Menerjemahkan secara profesional tidaklah mudah bagi mereka yang memasuki usia senja. Duduk berlama-lama depan layar laptop, memeriksa salah ejaan, menjaga konsistensi kata, mencari padanan kata yang tepat, mengejar waktu tenggat, bernegosiasi dengan klien dan lainnya menjadikan alih bahasa ini bukan hanya menantang bagi orang tua, para pemuda pun menilai profesi ini menguras pikiran, energi, dan batin.
Namun tidak bagi seorang Iim Rogayah. Di sela-sela kesibukannya sebagai dosen senior di Sekolah Tinggi Bahasa Asing Bandung, beliau masih bisa menyempatkan waktunya untuk menerjemahkan pesanan dari rekan-rekannya.
Bahkan, perempuan yang berusia 66 tahun ini telah lulus Tes Sertifikasi Nasional untuk bidang Umum dari Bahasa Inggris ke Bahasa Indonesia, bulan April 2019 lalu.
TSN ini diadakan oleh Himpunan Penerjemah Indonesia setiap tahun.
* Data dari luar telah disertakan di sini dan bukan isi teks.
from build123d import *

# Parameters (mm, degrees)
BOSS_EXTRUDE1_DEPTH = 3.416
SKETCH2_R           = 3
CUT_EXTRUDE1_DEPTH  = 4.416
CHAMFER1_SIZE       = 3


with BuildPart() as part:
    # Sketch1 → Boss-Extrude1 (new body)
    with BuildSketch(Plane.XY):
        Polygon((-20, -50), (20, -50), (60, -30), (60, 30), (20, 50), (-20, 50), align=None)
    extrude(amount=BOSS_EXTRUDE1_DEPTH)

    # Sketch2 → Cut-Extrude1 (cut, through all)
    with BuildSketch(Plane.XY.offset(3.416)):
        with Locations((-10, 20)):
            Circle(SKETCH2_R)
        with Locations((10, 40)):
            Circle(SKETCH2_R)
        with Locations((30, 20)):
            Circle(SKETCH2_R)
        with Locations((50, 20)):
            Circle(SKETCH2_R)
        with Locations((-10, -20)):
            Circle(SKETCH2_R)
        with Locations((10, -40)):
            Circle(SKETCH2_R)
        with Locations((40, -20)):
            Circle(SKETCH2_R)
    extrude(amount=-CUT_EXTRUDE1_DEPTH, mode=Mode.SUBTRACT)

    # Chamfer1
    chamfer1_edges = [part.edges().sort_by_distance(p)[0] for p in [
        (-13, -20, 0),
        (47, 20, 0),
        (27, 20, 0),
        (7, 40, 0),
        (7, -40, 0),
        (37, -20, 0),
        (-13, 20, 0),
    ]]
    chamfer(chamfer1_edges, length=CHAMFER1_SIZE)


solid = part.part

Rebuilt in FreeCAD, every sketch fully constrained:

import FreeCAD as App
import Part
import Sketcher
Q = App.Units.Quantity


def edges_at(feature, points):
    """Names of the edges that pass closest to the given points."""
    edges = feature.Shape.Edges
    near = lambda p: min(range(len(edges)), key=lambda i: edges[i].distToShape(Part.Vertex(*p))[0])
    return sorted({f"Edge{near(p) + 1}" for p in points})

doc = App.newDocument("Part")
body = doc.addObject("PartDesign::Body", "Body")

# Sketch on XY plane
sketch1 = body.newObject("Sketcher::SketchObject", "Sketch")
sketch1.AttachmentSupport = (doc.getObject("XY_Plane"), [""])
sketch1.MapMode = "FlatFace"
sketch1.addGeometry([
    Part.LineSegment(App.Vector(-20, -50, 0), App.Vector(20, -50, 0)),  # 0
    Part.LineSegment(App.Vector(20, -50, 0), App.Vector(60, -30, 0)),  # 1
    Part.LineSegment(App.Vector(60, -30, 0), App.Vector(60, 30, 0)),  # 2
    Part.LineSegment(App.Vector(60, 30, 0), App.Vector(20, 50, 0)),  # 3
    Part.LineSegment(App.Vector(20, 50, 0), App.Vector(-20, 50, 0)),  # 4
    Part.LineSegment(App.Vector(-20, 50, 0), App.Vector(-20, -50, 0)),  # 5
], False)
sketch1.addConstraint([
    Sketcher.Constraint("Coincident", 0, 2, 1, 1),
    Sketcher.Constraint("Coincident", 1, 2, 2, 1),
    Sketcher.Constraint("Coincident", 2, 2, 3, 1),
    Sketcher.Constraint("Coincident", 3, 2, 4, 1),
    Sketcher.Constraint("Coincident", 4, 2, 5, 1),
    Sketcher.Constraint("Coincident", 5, 2, 0, 1),
    Sketcher.Constraint("Horizontal", 0),
    Sketcher.Constraint("Vertical", 2),
    Sketcher.Constraint("Horizontal", 4),
    Sketcher.Constraint("Vertical", 5),
    Sketcher.Constraint("Symmetric", 0, 2, 4, 2, -1, 1),
    Sketcher.Constraint("Vertical", 0, 2, 3, 2),
    Sketcher.Constraint("Equal", 1, 3),
    Sketcher.Constraint("DistanceX", 0, 1, 0, 2, Q("40 mm")),
    Sketcher.Constraint("DistanceY", 2, 1, 2, 2, Q("60 mm")),
    Sketcher.Constraint("DistanceY", 5, 2, 5, 1, Q("100 mm")),
    Sketcher.Constraint("DistanceX", -1, 1, 1, 2, Q("60 mm")),
])
pad1 = body.newObject("PartDesign::Pad", "Pad")
pad1.Profile = sketch1
pad1.Length = 3.416

# Sketch on XY plane
sketch2 = body.newObject("Sketcher::SketchObject", "Sketch001")
sketch2.AttachmentSupport = (doc.getObject("XY_Plane"), [""])
sketch2.MapMode = "FlatFace"
sketch2.AttachmentOffset = App.Placement(App.Vector(0, 0, 3.416), App.Rotation())
sketch2.addGeometry([
    Part.Circle(App.Vector(-10, 20, 0), App.Vector(0, 0, 1), 3),  # 0
    Part.Circle(App.Vector(10, 40, 0), App.Vector(0, 0, 1), 3),  # 1
    Part.Circle(App.Vector(30, 20, 0), App.Vector(0, 0, 1), 3),  # 2
    Part.Circle(App.Vector(50, 20, 0), App.Vector(0, 0, 1), 3),  # 3
    Part.Circle(App.Vector(-10, -20, 0), App.Vector(0, 0, 1), 3),  # 4
    Part.Circle(App.Vector(10, -40, 0), App.Vector(0, 0, 1), 3),  # 5
    Part.Circle(App.Vector(40, -20, 0), App.Vector(0, 0, 1), 3),  # 6
], False)
sketch2.addConstraint([
    Sketcher.Constraint("Equal", 0, 1),
    Sketcher.Constraint("Equal", 1, 2),
    Sketcher.Constraint("Equal", 2, 3),
    Sketcher.Constraint("Equal", 3, 4),
    Sketcher.Constraint("Equal", 4, 5),
    Sketcher.Constraint("Equal", 5, 6),
    Sketcher.Constraint("Symmetric", 0, 3, 4, 3, -1),
    Sketcher.Constraint("Symmetric", 1, 3, 5, 3, -1),
    Sketcher.Constraint("Horizontal", 0, 3, 2, 3),
    Sketcher.Constraint("Horizontal", 2, 3, 3, 3),
    Sketcher.Constraint("Horizontal", 4, 3, 6, 3),
    Sketcher.Constraint("Diameter", 0, Q("6 mm")),
    Sketcher.Constraint("DistanceX", 0, 3, -1, 1, Q("10 mm")),
    Sketcher.Constraint("DistanceY", -1, 1, 0, 3, Q("20 mm")),
    Sketcher.Constraint("DistanceX", -1, 1, 1, 3, Q("10 mm")),
    Sketcher.Constraint("DistanceY", -1, 1, 1, 3, Q("40 mm")),
    Sketcher.Constraint("DistanceX", -1, 1, 2, 3, Q("30 mm")),
    Sketcher.Constraint("DistanceX", -1, 1, 3, 3, Q("50 mm")),
    Sketcher.Constraint("DistanceX", -1, 1, 6, 3, Q("40 mm")),
])
pocket1 = body.newObject("PartDesign::Pocket", "Pocket")
pocket1.Profile = sketch2
pocket1.Type = "ThroughAll"
doc.recompute()

chamfer = body.newObject("PartDesign::Chamfer", "Chamfer")
chamfer.Base = (pocket1, edges_at(pocket1, [
    (-13, -20, 0),
    (47, 20, 0),
    (27, 20, 0),
    (7, 40, 0),
    (7, -40, 0),
    (37, -20, 0),
    (-13, 20, 0),
]))
chamfer.Size = 3

doc.recompute()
Biasanya hanya 10 persen peserta yang lulus.
Di hadapan para peserta seminar Professionals in Localization yang diadakan STBA, Rabu, 4 Desember 2019, kemarin, Ambu, panggilan akrab Ibu Iim, melakukan serah terima sertifikat TSN. Sertifikat tersebut diserahkan oleh Sekretaris Umum Himpunan Penerjemah Indonesia, Ibu Anna Wiksadhara.
Ibu Anna, yang juga dosen dan penerjemah bersertifikat, mengomentari momen inspirasional tersebut, “Tidak ada alasan untuk tidak menuntut ilmu karena tua!” Bahkan, tambahnya, “Profesi ini masih bisa dijalani setelah pensiun.”
Ibu Iim Rogayah, yang juga menjadi pengurus Himpunan Penerjemah Indonesia Komisariat Daerah Jawa Barat, menegaskan bahwa sebagai bentuk pertanggungjawaban profesi, seorang penerjemah dituntut untuk terus meningkatkan kualitas, memperluas jejaring, dan mengikuti ujian.
“Perlu skills dan networking. Dan salah satu cara untuk menentukan kapasitas penerjemah adalah dengan mengikuti ujian,” ungkapnya di depan sekitar 180 peserta.
Di akhir acara, pembicara lainnya, Bapak Fajar Perdana, memotivasi para peserta seminar untuk mengisi waktu luangnya dengan berlatih demi mengasah keahlian.
Seorang dikatakan profesional jika ia mengisi waktu luangnya dengan latihan untuk meningkatkan kemampuannya.
“Seseorang menjadi profesional adalah ketika ia tidak kerja, ya latihan. Seorang amatir hanya bekerja ketika waktunya saja,” pungkasnya di acara yang dihadiri juga oleh Ketua HPI Komda Jabar, Bapak Eki Qushay Akhwan.
Alhasil, persyaratan-persyaratan tersebut menjadi kebiasaan dan bekal bagi para penerjemah profesional untuk tetap berkarir di usia senja, bahkan setelah pensiun.